この名称は対外的には公表しておらず、したがって担当者は、広報部長並びに企画課長への連絡時を除き自分が担当者であることを他言してはならない。活動の実施の際にはあくまで広報部の通常事業の一環として行うこと。
なお、本活動の担当者は、対外的には芦口支社所属の広報部員となる。
前項にも書いたとおり、伊呂金山採鉱場からの採掘は当社だけでなく我が国にとって極めて重要性の高い事業であるが、何度か大規模な事故の発生により操業の継続が危ぶまれる事態となっている。過去の事故として最も規模が大きいのは、1978年11月5日から7日にかけて、第11鉱床予定地(通称吹上新鉱)の調査採掘を行っていた採掘作業者ならびにオペレータが述べ26名命を落とした「吹上新鉱落盤事故」である。
この事故は同年10月にかねてより伊呂金地区内吹上地区近辺に存在するとみられていた鉱石帯の一部とみられる鉱石群が発見されたことを受け、11月5日より埋蔵量の推定を目的とした調査採掘を開始したところ、脆弱化していた鉱床の壁岩の一部を誤って破壊し大規模な落盤が発生した事故として記録されている。
この事故を受けて吹上新鉱の採掘計画は無期限中止となり、現在に至るまで再開の予定は一切ない。
同事故の犠牲者は5日から7日にかけて15名、7名、4名と相次いで命を落としている。
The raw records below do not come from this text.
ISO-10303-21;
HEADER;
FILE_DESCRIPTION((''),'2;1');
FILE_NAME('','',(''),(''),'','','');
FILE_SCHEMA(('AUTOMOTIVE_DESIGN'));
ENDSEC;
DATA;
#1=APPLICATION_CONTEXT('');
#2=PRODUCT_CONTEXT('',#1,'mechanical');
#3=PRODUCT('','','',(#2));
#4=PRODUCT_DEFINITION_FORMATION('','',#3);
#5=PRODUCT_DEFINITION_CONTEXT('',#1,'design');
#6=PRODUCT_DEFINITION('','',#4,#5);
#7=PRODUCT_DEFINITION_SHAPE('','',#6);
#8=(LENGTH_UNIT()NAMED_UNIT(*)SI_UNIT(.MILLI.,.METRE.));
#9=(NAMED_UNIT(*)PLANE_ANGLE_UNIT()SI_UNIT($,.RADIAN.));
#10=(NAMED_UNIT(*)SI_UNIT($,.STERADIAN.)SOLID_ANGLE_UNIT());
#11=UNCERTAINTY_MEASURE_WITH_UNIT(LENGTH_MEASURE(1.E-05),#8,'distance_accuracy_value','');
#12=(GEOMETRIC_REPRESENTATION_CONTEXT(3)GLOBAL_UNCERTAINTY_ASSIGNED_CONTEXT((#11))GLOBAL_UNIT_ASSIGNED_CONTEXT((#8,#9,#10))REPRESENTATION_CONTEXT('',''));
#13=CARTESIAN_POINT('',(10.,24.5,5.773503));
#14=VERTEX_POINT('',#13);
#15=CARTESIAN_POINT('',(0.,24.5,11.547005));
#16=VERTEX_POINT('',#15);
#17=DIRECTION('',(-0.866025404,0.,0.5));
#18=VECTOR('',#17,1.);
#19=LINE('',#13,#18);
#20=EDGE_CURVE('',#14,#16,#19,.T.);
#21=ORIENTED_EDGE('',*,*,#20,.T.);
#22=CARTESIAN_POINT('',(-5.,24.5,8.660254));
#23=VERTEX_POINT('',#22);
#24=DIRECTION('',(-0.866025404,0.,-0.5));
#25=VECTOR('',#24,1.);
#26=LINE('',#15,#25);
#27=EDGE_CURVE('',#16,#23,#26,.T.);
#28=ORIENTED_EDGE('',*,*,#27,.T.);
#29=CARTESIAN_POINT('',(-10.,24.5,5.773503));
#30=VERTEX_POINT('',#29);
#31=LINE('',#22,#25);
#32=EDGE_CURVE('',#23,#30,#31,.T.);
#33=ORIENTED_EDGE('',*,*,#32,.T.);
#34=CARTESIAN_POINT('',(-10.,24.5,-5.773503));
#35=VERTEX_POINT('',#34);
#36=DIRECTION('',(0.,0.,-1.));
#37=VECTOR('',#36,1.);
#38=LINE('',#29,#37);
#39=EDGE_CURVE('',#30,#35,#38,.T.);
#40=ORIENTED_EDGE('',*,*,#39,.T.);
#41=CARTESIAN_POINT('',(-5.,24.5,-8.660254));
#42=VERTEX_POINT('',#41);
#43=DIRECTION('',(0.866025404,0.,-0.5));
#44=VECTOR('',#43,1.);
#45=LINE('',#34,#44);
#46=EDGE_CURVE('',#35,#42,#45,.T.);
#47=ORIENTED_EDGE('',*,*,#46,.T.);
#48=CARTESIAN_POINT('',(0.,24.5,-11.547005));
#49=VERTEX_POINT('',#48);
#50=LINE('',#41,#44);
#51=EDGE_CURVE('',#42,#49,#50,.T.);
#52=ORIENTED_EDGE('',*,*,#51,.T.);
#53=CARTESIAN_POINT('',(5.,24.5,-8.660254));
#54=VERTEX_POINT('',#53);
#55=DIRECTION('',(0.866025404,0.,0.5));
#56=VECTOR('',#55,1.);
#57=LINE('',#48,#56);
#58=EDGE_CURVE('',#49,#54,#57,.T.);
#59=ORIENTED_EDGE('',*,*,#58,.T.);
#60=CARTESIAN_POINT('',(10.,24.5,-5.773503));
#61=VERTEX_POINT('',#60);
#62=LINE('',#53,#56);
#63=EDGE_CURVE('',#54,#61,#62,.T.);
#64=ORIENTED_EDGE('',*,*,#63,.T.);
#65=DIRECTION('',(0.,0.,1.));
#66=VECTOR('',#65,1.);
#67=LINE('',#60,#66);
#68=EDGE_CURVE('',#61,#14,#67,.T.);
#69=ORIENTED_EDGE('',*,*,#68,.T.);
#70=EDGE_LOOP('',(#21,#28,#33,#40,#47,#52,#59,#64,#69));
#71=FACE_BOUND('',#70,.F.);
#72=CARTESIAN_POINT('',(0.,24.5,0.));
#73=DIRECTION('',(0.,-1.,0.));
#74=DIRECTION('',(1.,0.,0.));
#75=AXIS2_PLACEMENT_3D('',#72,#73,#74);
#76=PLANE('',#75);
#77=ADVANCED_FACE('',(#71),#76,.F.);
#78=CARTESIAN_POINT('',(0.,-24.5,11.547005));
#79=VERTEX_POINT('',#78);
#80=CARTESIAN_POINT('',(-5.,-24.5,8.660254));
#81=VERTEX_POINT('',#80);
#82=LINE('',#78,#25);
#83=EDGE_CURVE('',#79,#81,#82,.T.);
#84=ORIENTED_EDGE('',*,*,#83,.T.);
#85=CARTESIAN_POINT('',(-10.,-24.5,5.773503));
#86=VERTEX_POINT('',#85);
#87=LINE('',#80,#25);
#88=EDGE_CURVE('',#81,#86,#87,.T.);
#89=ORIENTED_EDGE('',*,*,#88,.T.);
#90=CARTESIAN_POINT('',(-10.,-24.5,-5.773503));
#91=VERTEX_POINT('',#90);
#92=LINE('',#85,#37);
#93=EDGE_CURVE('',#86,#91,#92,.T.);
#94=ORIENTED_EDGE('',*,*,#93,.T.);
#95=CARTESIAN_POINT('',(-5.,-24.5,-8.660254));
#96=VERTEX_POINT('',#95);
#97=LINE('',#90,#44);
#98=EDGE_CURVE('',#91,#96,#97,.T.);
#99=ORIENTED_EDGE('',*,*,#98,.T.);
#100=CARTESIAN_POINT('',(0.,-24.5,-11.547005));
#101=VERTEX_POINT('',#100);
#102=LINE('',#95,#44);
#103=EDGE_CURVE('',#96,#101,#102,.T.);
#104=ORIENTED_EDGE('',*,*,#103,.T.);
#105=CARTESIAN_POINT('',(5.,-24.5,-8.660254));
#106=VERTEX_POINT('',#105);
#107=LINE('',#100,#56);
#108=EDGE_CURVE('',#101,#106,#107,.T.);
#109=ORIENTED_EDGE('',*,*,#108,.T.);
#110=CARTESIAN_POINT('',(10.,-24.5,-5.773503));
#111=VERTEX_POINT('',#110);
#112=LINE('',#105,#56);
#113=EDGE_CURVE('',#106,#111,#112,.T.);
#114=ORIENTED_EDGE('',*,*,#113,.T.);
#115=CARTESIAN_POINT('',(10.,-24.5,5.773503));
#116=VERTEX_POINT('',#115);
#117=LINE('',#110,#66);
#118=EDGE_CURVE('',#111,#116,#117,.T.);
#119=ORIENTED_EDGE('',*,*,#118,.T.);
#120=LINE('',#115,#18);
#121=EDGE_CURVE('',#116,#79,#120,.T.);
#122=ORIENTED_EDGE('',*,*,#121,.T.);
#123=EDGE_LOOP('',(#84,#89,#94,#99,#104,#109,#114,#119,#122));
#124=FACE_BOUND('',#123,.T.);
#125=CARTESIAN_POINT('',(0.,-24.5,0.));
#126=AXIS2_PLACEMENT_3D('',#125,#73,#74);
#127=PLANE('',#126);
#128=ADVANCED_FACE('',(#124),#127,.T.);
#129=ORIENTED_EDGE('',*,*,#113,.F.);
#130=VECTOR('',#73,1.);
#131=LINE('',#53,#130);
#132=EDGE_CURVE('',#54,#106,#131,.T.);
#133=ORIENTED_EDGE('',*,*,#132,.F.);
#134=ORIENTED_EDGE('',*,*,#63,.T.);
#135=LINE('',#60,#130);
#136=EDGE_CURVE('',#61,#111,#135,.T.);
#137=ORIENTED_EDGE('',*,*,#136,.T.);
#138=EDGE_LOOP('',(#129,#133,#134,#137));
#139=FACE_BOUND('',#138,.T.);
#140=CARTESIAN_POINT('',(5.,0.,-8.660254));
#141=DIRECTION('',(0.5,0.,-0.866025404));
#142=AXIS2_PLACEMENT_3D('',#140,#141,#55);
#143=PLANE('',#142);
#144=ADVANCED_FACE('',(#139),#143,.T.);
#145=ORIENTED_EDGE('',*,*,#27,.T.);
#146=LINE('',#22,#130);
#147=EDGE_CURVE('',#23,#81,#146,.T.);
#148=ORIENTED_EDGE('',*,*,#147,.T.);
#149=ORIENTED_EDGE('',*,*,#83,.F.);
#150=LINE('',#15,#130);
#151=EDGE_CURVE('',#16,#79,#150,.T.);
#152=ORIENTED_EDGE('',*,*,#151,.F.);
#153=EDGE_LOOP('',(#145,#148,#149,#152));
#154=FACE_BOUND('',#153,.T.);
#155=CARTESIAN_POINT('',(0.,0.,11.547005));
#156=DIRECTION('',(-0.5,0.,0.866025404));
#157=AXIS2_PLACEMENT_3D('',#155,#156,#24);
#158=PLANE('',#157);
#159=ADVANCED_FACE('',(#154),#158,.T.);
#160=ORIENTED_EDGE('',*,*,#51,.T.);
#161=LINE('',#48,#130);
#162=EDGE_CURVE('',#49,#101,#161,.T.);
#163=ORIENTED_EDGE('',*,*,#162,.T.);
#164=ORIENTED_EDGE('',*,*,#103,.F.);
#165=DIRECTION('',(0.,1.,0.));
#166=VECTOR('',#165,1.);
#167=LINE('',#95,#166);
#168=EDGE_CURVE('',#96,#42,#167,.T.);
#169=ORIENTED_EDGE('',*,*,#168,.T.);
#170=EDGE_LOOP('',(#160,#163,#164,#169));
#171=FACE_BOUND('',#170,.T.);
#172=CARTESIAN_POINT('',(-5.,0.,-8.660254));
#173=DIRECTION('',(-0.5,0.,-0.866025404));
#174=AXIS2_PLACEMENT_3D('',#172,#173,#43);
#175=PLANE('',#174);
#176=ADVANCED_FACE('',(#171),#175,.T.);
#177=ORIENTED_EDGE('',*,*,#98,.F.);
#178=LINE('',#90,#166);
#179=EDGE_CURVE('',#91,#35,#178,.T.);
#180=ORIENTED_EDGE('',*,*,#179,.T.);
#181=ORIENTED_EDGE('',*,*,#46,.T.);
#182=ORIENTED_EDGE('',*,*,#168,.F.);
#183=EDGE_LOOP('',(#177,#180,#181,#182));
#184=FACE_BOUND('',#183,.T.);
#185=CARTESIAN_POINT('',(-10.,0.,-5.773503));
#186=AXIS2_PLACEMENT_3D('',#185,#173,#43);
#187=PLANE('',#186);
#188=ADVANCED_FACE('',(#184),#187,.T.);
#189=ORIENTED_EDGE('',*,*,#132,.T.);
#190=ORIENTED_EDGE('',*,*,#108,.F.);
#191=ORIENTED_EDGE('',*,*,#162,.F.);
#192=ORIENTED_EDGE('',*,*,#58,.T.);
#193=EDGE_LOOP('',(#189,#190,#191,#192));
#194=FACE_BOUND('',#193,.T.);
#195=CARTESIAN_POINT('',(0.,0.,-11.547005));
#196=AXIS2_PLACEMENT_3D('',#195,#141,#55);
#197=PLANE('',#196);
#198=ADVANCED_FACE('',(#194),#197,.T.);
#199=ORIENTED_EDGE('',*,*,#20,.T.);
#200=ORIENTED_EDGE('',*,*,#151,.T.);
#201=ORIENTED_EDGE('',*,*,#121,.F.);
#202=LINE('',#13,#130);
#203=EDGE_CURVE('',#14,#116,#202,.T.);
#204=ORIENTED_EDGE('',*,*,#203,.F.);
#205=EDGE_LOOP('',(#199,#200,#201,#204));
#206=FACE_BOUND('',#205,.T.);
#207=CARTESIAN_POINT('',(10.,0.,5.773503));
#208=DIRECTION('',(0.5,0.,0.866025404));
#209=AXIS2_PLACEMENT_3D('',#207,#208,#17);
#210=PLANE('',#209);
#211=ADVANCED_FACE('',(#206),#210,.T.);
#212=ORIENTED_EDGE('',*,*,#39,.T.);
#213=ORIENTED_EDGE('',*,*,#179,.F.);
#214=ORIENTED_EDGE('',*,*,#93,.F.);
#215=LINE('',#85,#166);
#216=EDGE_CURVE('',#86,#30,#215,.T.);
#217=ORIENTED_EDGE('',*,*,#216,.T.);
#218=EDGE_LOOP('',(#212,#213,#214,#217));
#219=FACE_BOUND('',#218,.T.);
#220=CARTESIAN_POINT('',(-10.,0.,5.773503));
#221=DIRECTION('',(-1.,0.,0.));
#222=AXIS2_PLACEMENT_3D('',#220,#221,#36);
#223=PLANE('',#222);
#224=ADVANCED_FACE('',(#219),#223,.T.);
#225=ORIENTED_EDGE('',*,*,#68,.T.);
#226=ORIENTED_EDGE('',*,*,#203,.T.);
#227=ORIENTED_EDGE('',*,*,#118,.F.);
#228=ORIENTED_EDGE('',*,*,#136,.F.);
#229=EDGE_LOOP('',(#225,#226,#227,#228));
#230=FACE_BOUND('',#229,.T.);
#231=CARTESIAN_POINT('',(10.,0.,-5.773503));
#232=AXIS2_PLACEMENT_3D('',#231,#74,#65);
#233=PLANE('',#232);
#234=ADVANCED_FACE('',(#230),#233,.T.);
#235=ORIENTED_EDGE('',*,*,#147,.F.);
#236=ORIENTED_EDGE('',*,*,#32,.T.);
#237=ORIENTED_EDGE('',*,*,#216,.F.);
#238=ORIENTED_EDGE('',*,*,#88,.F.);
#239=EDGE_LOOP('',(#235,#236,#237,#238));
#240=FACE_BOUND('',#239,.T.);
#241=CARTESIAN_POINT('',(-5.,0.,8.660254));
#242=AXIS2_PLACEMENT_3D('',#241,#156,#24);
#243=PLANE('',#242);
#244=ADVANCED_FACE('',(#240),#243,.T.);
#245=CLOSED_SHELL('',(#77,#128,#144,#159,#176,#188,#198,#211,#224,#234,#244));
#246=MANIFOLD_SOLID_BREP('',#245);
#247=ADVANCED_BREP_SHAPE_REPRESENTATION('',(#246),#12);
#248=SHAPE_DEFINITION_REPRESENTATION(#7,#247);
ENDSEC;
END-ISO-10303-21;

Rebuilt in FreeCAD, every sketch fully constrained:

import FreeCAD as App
import Part
import Sketcher

V = App.Vector
Q = App.Units.Quantity


def add_polygon(sketch, points):
    """Adds a closed chain of lines whose ends are joined by coincident constraints."""
    first, n = sketch.GeometryCount, len(points)
    for a, b in zip(points, points[1:] + points[:1]):
        sketch.addGeometry(Part.LineSegment(App.Vector(*a, 0), App.Vector(*b, 0)), False)
    for i in range(n):
        sketch.addConstraint(Sketcher.Constraint("Coincident", first + i, 2, first + (i + 1) % n, 1))

doc = App.newDocument("Part")
body = doc.addObject("PartDesign::Body", "Body")

# Sketch on XZ plane
sketch1 = body.newObject("Sketcher::SketchObject", "Sketch")
sketch1.AttachmentSupport = (doc.getObject("XZ_Plane"), [""])
sketch1.MapMode = "FlatFace"
add_polygon(sketch1, [(-5, -9), (0, -12), (5, -9), (10, -6), (10, 6), (0, 12), (-5, 9), (-10, 6), (-10, -6)])  # lines 0-8
sketch1.addConstraint(Sketcher.Constraint("Vertical", 3))
sketch1.addConstraint(Sketcher.Constraint("Vertical", 7))
sketch1.addConstraint(Sketcher.Constraint("Symmetric", 0, 2, 4, 2, -1, 1))
sketch1.addConstraint(Sketcher.Constraint("Symmetric", 1, 2, 5, 2, -1, 1))
sketch1.addConstraint(Sketcher.Constraint("Symmetric", 2, 2, 6, 2, -1, 1))
sketch1.addConstraint(Sketcher.Constraint("Symmetric", 1, 2, 8, 2, -2))
sketch1.addConstraint(Sketcher.Constraint("PointOnObject", 0, 2, -2))
sketch1.addConstraint(Sketcher.Constraint("Parallel", 1, 2))
sketch1.addConstraint(Sketcher.Constraint("Parallel", 0, 4))
sketch1.addConstraint(Sketcher.Constraint("Parallel", 4, 8))
sketch1.addConstraint(Sketcher.Constraint("Equal", 1, 2))
sketch1.addConstraint(Sketcher.Constraint("Angle", 0, Q("-30 deg")))
sketch1.addConstraint(Sketcher.Constraint("DistanceX", -1, 1, 1, 2, 5.0))
sketch1.addConstraint(Sketcher.Constraint("DistanceY", 3, 1, 3, 2, 11.547005))
pad1 = body.newObject("PartDesign::Pad", "Pad")
pad1.Profile = sketch1
pad1.Length = 49
pad1.Midplane = True

doc.recompute()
これは事故現場から荻畑労災病院に負傷者を搬送したものの、当日中に死亡した15名は搬送後すぐに死亡が確認され、他の負傷者についても負傷の程度が甚だしく、次々に病院内で息を引き取ったものとされている。
しかし、これらは事実ではない。
当日、吹上新鉱では落盤は発生しておらず、犠牲者の死因も外傷によるものではない。5日に26名が搬送され、そのうち15名が当日に命を落としたのは事実であるが、死亡者も含めて搬送された全員に一切の外傷は認められていない。
残り11名についても全く外傷や自覚症状はなかった。救急搬送に至ったのは、鉱内で突然15名が昏倒したことから、現場での有毒ガスの発生などが疑われたためである。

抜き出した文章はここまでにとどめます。